Expression of the PAHs biodegradative genes in microorganisms isolated from contaminated sites in Patagonia Argentina

ISAAC P; ESTEVEZ MC; FERRERO MA

Rosario

Congreso; IX Congreso Argentino de Microbiologia General -SAMIGE; 2013

SAMIGE

Polycyclic Aromatic Hydrocarbons (PAHs) are organic compounds with toxic, mutagenic and carcinogenic properties. Many bacteria have shown to mineralize PAHs and seem to play an important role in removal of contaminants from the environments. Successful bioremediation depends on achieving high rates of microbial activity. There are numerous environmental factors that can activate or repress gene expression and thereby modulate microbial activity. Study of gene expression may offer insights into how specific catabolic genes are regulated. In this study, a combinated gen probe-retrotranscription PCR assay was used to evaluate the regulation of the expression of the nahAc gene (naphthalene dioxygenase) in different growth conditions. PAHs potential degradation of three Pseudomonas strains isolated from contaminated Patagonian-sediments was estimated by hydrocarbon-loss. Naphthalene was almost completely removed (near to 100%) from all cultures after 25 h of incubation. P. monteilii P26 was capable of remove 90 % of phenanthrene, while P. xanthomarina N12 and P. stutzeri N3 degraded 41% and 55%, respectively after 30 h of incubation. No pyrene degradation was observed after 48 h at the same growth condition. Naphthalene dioxygenase (NDO) is an inducible multicomponent enzyme system which initiates the metabolism of naphthalene and other PAHs in bacteria (Fig.1). Expression of NDO was measured by both, Northern blot and semiquantitative RT-PCR of the nahAc gene, in the presence of naphthalene, phenanthrene or pyrene (Fig. 2).

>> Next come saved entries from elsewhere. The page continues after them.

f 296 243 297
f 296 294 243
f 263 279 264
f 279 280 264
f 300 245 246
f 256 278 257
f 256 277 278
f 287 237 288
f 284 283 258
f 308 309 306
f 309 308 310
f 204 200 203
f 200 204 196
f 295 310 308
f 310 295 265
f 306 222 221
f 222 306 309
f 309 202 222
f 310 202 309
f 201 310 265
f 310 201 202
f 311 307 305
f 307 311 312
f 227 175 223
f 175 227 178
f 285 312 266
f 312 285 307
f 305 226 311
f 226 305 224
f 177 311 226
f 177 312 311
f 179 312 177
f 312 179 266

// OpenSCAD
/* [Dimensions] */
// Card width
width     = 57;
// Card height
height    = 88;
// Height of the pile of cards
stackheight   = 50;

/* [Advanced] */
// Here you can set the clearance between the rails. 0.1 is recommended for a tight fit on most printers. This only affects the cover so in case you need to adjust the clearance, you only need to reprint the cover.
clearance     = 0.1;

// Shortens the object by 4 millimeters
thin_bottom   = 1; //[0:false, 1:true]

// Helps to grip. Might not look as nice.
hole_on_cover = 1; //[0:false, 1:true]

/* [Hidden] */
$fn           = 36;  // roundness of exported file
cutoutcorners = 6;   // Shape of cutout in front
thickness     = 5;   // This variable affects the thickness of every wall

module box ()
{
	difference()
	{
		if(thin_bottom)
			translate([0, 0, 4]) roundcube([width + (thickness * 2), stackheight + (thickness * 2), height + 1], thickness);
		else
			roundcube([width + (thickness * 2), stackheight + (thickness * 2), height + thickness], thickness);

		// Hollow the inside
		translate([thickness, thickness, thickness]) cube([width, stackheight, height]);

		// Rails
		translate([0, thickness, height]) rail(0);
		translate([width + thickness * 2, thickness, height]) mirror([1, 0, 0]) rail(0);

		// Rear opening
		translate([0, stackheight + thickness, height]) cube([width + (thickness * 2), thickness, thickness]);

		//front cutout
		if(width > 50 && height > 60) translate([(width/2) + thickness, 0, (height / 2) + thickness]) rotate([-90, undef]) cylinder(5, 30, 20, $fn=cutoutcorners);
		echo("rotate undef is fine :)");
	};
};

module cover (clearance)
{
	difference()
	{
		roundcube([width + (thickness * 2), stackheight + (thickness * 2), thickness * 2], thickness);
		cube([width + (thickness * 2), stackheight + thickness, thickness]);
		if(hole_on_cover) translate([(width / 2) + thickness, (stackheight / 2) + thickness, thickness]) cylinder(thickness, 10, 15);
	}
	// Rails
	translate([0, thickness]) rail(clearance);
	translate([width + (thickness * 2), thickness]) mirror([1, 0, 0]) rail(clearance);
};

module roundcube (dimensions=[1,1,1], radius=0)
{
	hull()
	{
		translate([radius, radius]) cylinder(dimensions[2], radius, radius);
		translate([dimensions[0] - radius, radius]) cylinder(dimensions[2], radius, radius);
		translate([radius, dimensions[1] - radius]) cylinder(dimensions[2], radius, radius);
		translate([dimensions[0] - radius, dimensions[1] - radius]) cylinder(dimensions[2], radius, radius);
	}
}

NDO expression was detected in P. monteilii P26, P. xanthomarina N12 and P. stutzeri N3 strains after naphthalene exposition. Phenanthrene was capable of induce nahAc transcription in P. monteilii P26 and P. xanthomarina N12, but not in P. stutzeri N3 strain. Interestingly, after pyrene exposition an intense band corresponding to nahAc transcription was detected only in cultures of P. stutzeri N3, even though pyrene was not degraded in these conditions (Fig. 3). These results suggest that induction of the nahAc gene and subsequent detection of the nahAc transcript depends of both, microorganism and growth conditions. The research demonstrates that the use of a gene expression assay to monitor the impact of substrate presence provides complementary information concerning the biodegradation process that must be confirmed by traditional biodegradation assays such as cell growth or substrate disappearance.